De acordo com Lívia, a questão da sustentabilidade financeira é um dos grandes desafios que os coletivos enfrentam atualmente no Brasil. Para a especialista, grupos precisam “encontrar formas alternativas de sobrevivência”. “As políticas públicas e a iniciativa privada precisam dialogar com esse protagonismo juvenil, para que ele possa se desenvolver melhor”, afirma.
Bônus demográfico no Brasil é oportunidade diante da crise
Atualmente, a população jovem no Brasil representa um quarto dos habitantes do país, totalizando 51,3 milhões de pessoas, segundo dados do último censo do Instituto Brasileiro de Geografia e Estatística (IBGE), de 2010.
Para o Fundo de População das Nações Unidas (UNFPA), essa estrutura demográfica representa um potencial de crescimento econômico, uma vez que a proporção da população em idade ativa — de 15 a 64 anos — é substancialmente maior do que a parcela fora dessa faixa etária.
É o chamado “bônus demográfico”, que cria condições favoráveis ao desenvolvimento mas tem duração limitada – no caso do Brasil, essa janela de oportunidade começa a se fechar a partir da década de 2020, em função principalmente do aumento do número de idosos.

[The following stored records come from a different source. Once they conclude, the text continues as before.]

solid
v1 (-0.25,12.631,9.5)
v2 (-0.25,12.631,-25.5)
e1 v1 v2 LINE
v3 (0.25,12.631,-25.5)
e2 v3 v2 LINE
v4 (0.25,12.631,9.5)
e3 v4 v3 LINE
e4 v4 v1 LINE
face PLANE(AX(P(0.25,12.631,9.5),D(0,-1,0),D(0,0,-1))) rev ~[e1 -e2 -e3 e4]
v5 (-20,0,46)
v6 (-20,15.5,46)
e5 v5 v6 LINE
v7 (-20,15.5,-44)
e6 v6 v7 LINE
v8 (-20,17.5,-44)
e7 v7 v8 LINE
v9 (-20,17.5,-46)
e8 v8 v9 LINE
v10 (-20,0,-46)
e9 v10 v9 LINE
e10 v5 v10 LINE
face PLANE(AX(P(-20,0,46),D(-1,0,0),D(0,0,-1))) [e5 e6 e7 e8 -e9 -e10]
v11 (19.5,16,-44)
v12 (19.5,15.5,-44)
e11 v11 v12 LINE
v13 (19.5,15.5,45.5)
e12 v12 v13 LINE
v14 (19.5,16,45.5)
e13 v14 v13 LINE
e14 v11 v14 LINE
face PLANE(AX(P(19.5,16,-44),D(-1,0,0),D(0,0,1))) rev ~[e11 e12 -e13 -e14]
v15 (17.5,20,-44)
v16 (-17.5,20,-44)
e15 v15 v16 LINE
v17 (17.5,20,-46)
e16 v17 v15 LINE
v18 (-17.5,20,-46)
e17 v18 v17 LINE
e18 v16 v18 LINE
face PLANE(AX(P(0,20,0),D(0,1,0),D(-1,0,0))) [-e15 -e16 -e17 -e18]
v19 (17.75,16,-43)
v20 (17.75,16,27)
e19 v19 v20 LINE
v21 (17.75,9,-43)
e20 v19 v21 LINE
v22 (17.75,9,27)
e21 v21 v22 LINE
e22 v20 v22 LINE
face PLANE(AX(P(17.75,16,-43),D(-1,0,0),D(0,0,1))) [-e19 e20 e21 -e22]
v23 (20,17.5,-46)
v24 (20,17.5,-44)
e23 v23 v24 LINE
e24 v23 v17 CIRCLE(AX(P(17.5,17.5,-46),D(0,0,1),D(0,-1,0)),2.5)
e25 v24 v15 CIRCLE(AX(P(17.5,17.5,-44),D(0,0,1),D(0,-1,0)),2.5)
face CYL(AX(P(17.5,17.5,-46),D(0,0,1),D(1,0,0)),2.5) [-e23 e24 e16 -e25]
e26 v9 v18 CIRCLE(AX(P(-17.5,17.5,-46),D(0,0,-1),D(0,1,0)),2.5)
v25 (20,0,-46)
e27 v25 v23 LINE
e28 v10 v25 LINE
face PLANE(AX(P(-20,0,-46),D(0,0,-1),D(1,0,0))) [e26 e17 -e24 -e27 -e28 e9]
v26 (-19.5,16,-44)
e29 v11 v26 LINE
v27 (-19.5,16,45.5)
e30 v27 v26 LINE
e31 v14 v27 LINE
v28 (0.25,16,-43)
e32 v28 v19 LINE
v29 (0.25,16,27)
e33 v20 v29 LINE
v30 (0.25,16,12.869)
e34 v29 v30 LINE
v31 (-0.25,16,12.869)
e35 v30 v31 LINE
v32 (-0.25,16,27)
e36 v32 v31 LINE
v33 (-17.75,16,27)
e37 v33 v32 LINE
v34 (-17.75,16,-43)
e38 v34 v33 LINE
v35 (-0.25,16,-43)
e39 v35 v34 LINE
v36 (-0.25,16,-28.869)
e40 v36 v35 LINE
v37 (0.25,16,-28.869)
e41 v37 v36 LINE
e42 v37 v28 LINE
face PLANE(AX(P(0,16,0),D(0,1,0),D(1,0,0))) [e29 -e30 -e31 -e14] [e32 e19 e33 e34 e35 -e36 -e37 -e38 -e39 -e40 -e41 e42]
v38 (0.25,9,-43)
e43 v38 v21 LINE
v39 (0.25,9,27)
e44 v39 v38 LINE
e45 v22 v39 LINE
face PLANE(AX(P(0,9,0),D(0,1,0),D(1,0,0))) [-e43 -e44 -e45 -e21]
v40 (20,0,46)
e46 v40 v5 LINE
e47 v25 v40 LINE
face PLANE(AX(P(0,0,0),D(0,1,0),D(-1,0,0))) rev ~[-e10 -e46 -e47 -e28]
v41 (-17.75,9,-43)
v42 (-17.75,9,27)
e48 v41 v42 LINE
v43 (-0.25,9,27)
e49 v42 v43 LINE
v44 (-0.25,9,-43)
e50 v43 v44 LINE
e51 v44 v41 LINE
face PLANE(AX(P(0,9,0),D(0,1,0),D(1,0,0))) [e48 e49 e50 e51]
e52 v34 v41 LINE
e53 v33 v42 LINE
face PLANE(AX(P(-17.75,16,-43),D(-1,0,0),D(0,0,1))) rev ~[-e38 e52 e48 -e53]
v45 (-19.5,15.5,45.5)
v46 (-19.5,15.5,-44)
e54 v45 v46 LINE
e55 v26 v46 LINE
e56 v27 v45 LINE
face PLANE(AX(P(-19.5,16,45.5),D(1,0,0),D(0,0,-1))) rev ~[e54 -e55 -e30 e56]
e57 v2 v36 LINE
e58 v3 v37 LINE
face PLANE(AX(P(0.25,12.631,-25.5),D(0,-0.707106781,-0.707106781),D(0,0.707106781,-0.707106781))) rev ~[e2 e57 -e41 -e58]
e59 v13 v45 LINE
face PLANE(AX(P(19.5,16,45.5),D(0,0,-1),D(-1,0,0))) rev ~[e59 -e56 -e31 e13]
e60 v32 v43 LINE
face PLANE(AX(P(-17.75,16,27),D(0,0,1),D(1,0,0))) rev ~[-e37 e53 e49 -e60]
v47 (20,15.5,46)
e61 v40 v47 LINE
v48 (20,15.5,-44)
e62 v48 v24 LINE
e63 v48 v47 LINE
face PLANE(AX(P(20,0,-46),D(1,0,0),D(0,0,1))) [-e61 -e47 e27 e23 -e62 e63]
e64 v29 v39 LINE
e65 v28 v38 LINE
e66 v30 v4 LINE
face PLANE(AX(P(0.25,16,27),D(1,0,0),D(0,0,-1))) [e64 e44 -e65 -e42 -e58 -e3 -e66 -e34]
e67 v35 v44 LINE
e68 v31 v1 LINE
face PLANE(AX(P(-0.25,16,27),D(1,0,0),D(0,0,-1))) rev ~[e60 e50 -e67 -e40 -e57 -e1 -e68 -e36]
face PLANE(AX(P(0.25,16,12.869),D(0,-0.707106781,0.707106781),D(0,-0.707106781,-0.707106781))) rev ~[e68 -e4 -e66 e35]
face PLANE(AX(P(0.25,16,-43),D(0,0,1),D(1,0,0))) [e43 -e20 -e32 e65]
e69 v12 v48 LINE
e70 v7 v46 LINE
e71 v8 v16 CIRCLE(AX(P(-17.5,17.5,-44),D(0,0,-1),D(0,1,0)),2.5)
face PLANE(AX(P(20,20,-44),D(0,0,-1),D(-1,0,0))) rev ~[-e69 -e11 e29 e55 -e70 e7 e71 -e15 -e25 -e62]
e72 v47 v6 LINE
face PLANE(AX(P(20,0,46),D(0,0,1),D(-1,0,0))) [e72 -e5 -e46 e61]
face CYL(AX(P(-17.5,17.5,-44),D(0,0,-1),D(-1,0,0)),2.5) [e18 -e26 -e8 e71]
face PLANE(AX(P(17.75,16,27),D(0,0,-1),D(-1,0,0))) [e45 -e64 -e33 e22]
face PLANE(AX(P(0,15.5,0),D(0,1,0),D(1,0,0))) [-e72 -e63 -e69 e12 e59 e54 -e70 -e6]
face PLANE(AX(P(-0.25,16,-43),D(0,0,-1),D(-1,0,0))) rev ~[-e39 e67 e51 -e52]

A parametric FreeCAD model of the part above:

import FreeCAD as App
import Part
import Sketcher
Q = App.Units.Quantity


def edges_at(feature, points):
    """Names of the edges that pass closest to the given points."""
    edges = feature.Shape.Edges
    near = lambda p: min(range(len(edges)), key=lambda i: edges[i].distToShape(Part.Vertex(*p))[0])
    return sorted({f"Edge{near(p) + 1}" for p in points})


def add_polygon(sketch, points):
    """Adds a closed chain of lines whose ends are joined by coincident constraints."""
    first, n = sketch.GeometryCount, len(points)
    for a, b in zip(points, points[1:] + points[:1]):
        sketch.addGeometry(Part.LineSegment(App.Vector(*a, 0), App.Vector(*b, 0)), False)
    for i in range(n):
        sketch.addConstraint(Sketcher.Constraint("Coincident", first + i, 2, first + (i + 1) % n, 1))

doc = App.newDocument("Part")
body = doc.addObject("PartDesign::Body", "Body")

# Sketch on XZ plane
sketch1 = doc.addObject("Sketcher::SketchObject", "Sketch")
body.addObject(sketch1)
sketch1.AttachmentSupport = (doc.XZ_Plane, [""])
sketch1.MapMode = "FlatFace"
add_polygon(sketch1, [(-20, 46), (20, 46), (20, -46), (-20, -46)])  # lines 0-3
sketch1.addConstraint([
    Sketcher.Constraint("Horizontal", 0),
    Sketcher.Constraint("Vertical", 1),
    Sketcher.Constraint("Horizontal", 2),
    Sketcher.Constraint("Vertical", 3),
    Sketcher.Constraint("Symmetric", 0, 2, 2, 2, -1, 1),
    Sketcher.Constraint("DistanceX", 0, 1, 0, 2, Q("40 mm")),
    Sketcher.Constraint("DistanceY", 1, 2, 1, 1, Q("92 mm")),
])
pad1 = doc.addObject("PartDesign::Pad", "Pad")
body.addObject(pad1)
pad1.Profile = sketch1
pad1.Length = 20
pad1.Reversed = True

# Sketch on XZ plane
sketch2 = doc.addObject("Sketcher::SketchObject", "Sketch001")
body.addObject(sketch2)
sketch2.AttachmentSupport = (doc.XZ_Plane, [""])
sketch2.MapMode = "FlatFace"
sketch2.AttachmentOffset = App.Placement(App.Vector(0, 0, -20), App.Rotation())
add_polygon(sketch2, [(20, -44), (-20, -44), (-20, 46), (20, 46)])  # lines 0-3
sketch2.addConstraint([
    Sketcher.Constraint("Horizontal", 0),
    Sketcher.Constraint("Vertical", 1),
    Sketcher.Constraint("Horizontal", 2),
    Sketcher.Constraint("Vertical", 3),
    Sketcher.Constraint("DistanceY", 1, 1, 1, 2, Q("90 mm")),
    Sketcher.Constraint("DistanceX", 0, 2, 0, 1, Q("40 mm")),
    Sketcher.Constraint("DistanceX", 0, 2, -1, 1, Q("20 mm")),
    Sketcher.Constraint("DistanceY", 0, 2, -1, 1, Q("44 mm")),
])
pocket1 = doc.addObject("PartDesign::Pocket", "Pocket")
body.addObject(pocket1)
pocket1.Profile = sketch2
pocket1.Length = 4
pocket1.Reversed = True

# Sketch on XZ plane
sketch3 = doc.addObject("Sketcher::SketchObject", "Sketch002")
body.addObject(sketch3)
sketch3.AttachmentSupport = (doc.XZ_Plane, [""])
sketch3.MapMode = "FlatFace"
sketch3.AttachmentOffset = App.Placement(App.Vector(0, 0, -16), App.Rotation())
add_polygon(sketch3, [(17.75, -43), (0.25, -43), (0.25, 27), (17.75, 27)])  # lines 0-3
add_polygon(sketch3, [(-17.75, -43), (-17.75, 27), (-0.25, 27), (-0.25, -43)])  # lines 4-7
sketch3.addConstraint([
    Sketcher.Constraint("Horizontal", 0),
    Sketcher.Constraint("Vertical", 1),
    Sketcher.Constraint("Horizontal", 2),
    Sketcher.Constraint("Vertical", 3),
    Sketcher.Constraint("Vertical", 4),
    Sketcher.Constraint("Horizontal", 5),
    Sketcher.Constraint("Vertical", 6),
    Sketcher.Constraint("Horizontal", 7),
    Sketcher.Constraint("Symmetric", 2, 2, 4, 2, -2),
    Sketcher.Constraint("Symmetric", 0, 2, 6, 2, -2),
    Sketcher.Constraint("DistanceY", 1, 1, 1, 2, Q("70 mm")),
    Sketcher.Constraint("DistanceX", 0, 2, 0, 1, Q("17.5 mm")),
    Sketcher.Constraint("DistanceY", 0, 2, -1, 1, Q("43 mm")),
    Sketcher.Constraint("DistanceX", 4, 2, 1, 2, Q("18 mm")),
])
pocket2 = doc.addObject("PartDesign::Pocket", "Pocket001")
body.addObject(pocket2)
pocket2.Profile = sketch3
pocket2.Length = 7
pocket2.Reversed = True

# Sketch on YZ plane
sketch4 = doc.addObject("Sketcher::SketchObject", "Sketch003")
body.addObject(sketch4)
sketch4.AttachmentSupport = (doc.YZ_Plane, [""])
sketch4.MapMode = "FlatFace"
sketch4.AttachmentOffset = App.Placement(App.Vector(0, 0, 0.25), App.Rotation())
add_polygon(sketch4, [(16, -28.869), (16, 12.869), (12.631, 9.5), (12.631, -25.5)])  # lines 0-3
sketch4.addConstraint([
    Sketcher.Constraint("Vertical", 0),
    Sketcher.Constraint("Vertical", 2),
    Sketcher.Constraint("Perpendicular", 1, 3),
    Sketcher.Constraint("Equal", 1, 3),
    Sketcher.Constraint("DistanceY", 2, 2, 2, 1, Q("35 mm")),
    Sketcher.Constraint("DistanceX", -1, 1, 0, 2, Q("16 mm")),
    Sketcher.Constraint("DistanceY", -1, 1, 1, 2, Q("9.5 mm")),
    Sketcher.Constraint("DistanceY", 0, 1, 0, 2, Q("41.738 mm")),
])
pocket3 = doc.addObject("PartDesign::Pocket", "Pocket002")
body.addObject(pocket3)
pocket3.Profile = sketch4
pocket3.Length = 0.5
doc.recompute()

fillet = doc.addObject("PartDesign::Fillet", "Fillet")
body.addObject(fillet)
fillet.Base = (pocket3, edges_at(pocket3, [(20, 20, -45), (-20, 20, -45)]))
fillet.Radius = 2.5

# Sketch on XZ plane
sketch5 = doc.addObject("Sketcher::SketchObject", "Sketch004")
body.addObject(sketch5)
sketch5.AttachmentSupport = (doc.XZ_Plane, [""])
sketch5.MapMode = "FlatFace"
sketch5.AttachmentOffset = App.Placement(App.Vector(0, 0, -16), App.Rotation())
add_polygon(sketch5, [(20, 46), (20, -44), (19.5, -44), (19.5, 45.5), (-19.5, 45.5), (-19.5, -44), (-20, -44), (-20, 46)])  # lines 0-7
sketch5.addConstraint([
    Sketcher.Constraint("Vertical", 0),
    Sketcher.Constraint("Horizontal", 1),
    Sketcher.Constraint("Vertical", 2),
    Sketcher.Constraint("Horizontal", 3),
    Sketcher.Constraint("Vertical", 4),
    Sketcher.Constraint("Horizontal", 5),
    Sketcher.Constraint("Vertical", 6),
    Sketcher.Constraint("Horizontal", 7),
    Sketcher.Constraint("Symmetric", 1, 2, 4, 2, -2),
    Sketcher.Constraint("Equal", 1, 5),
    Sketcher.Constraint("DistanceX", 1, 2, 1, 1, Q("0.5 mm")),
    Sketcher.Constraint("DistanceY", 3, 2, 6, 2, Q("0.5 mm")),
    Sketcher.Constraint("DistanceX", 3, 2, 3, 1, Q("39 mm")),
    Sketcher.Constraint("DistanceY", 0, 2, 0, 1, Q("90 mm")),
    Sketcher.Constraint("DistanceY", 0, 2, -1, 1, Q("44 mm")),
])
pocket4 = doc.addObject("PartDesign::Pocket", "Pocket003")
body.addObject(pocket4)
pocket4.Profile = sketch5
pocket4.Length = 0.5
pocket4.Reversed = True

doc.recompute()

“Temos atualmente a maior população jovem da história, um capital humano inestimável que pode contribuir de forma decisiva para o alcance dos Objetivos de Desenvolvimento Sustentável com inclusão social definidos pela Agenda 2030 da ONU”, explica o representante do UNFPA no Brasil, Jaime Nadal.
“Mas, para que isso ocorra, é necessário assegurar os direitos dessa juventude, com investimentos em educação de qualidade, emprego e renda decentes, segurança e acesso à saúde, em especial à saúde sexual e reprodutiva, para que estas e estes jovens possam desenvolver seus projetos de vida e seu pleno potencial”, acrescenta.
Para o especialista, jovens devem ser incluídos em processos decisórios. “Pessoas jovens saudáveis, educadas, produtivas e engajadas podem ajudar a quebrar o ciclo intergeracional de pobreza e contribuir mais plenamente para suas comunidades e nações”, afirma.
ONU em defesa da juventude brasileira
O UNFPA trabalha para promover as aspirações da juventude e colocar as pessoas jovens no centro dos esforços nacionais e globais de desenvolvimento, sendo esse um dos pilares da sua atuação no Brasil. O Fundo coordena, juntamente com a Secretaria Nacional de Juventude, o Grupo Assessor Interagencial sobre Juventude. Formado por 10 agências da ONU e pelo Conselho Nacional de Juventude, o organismo é um espaço de diálogo entre o governo, a sociedade civil e a Organização Internacional.
O UNFPA e outras agências das Nações Unidas têm atuado em várias frentes, apoiando ações afirmativas para diminuir as desigualdades étnico-raciais, desenvolvendo programas de capacitação com jovens de áreas vulneráveis e ajudando também no combate à violência.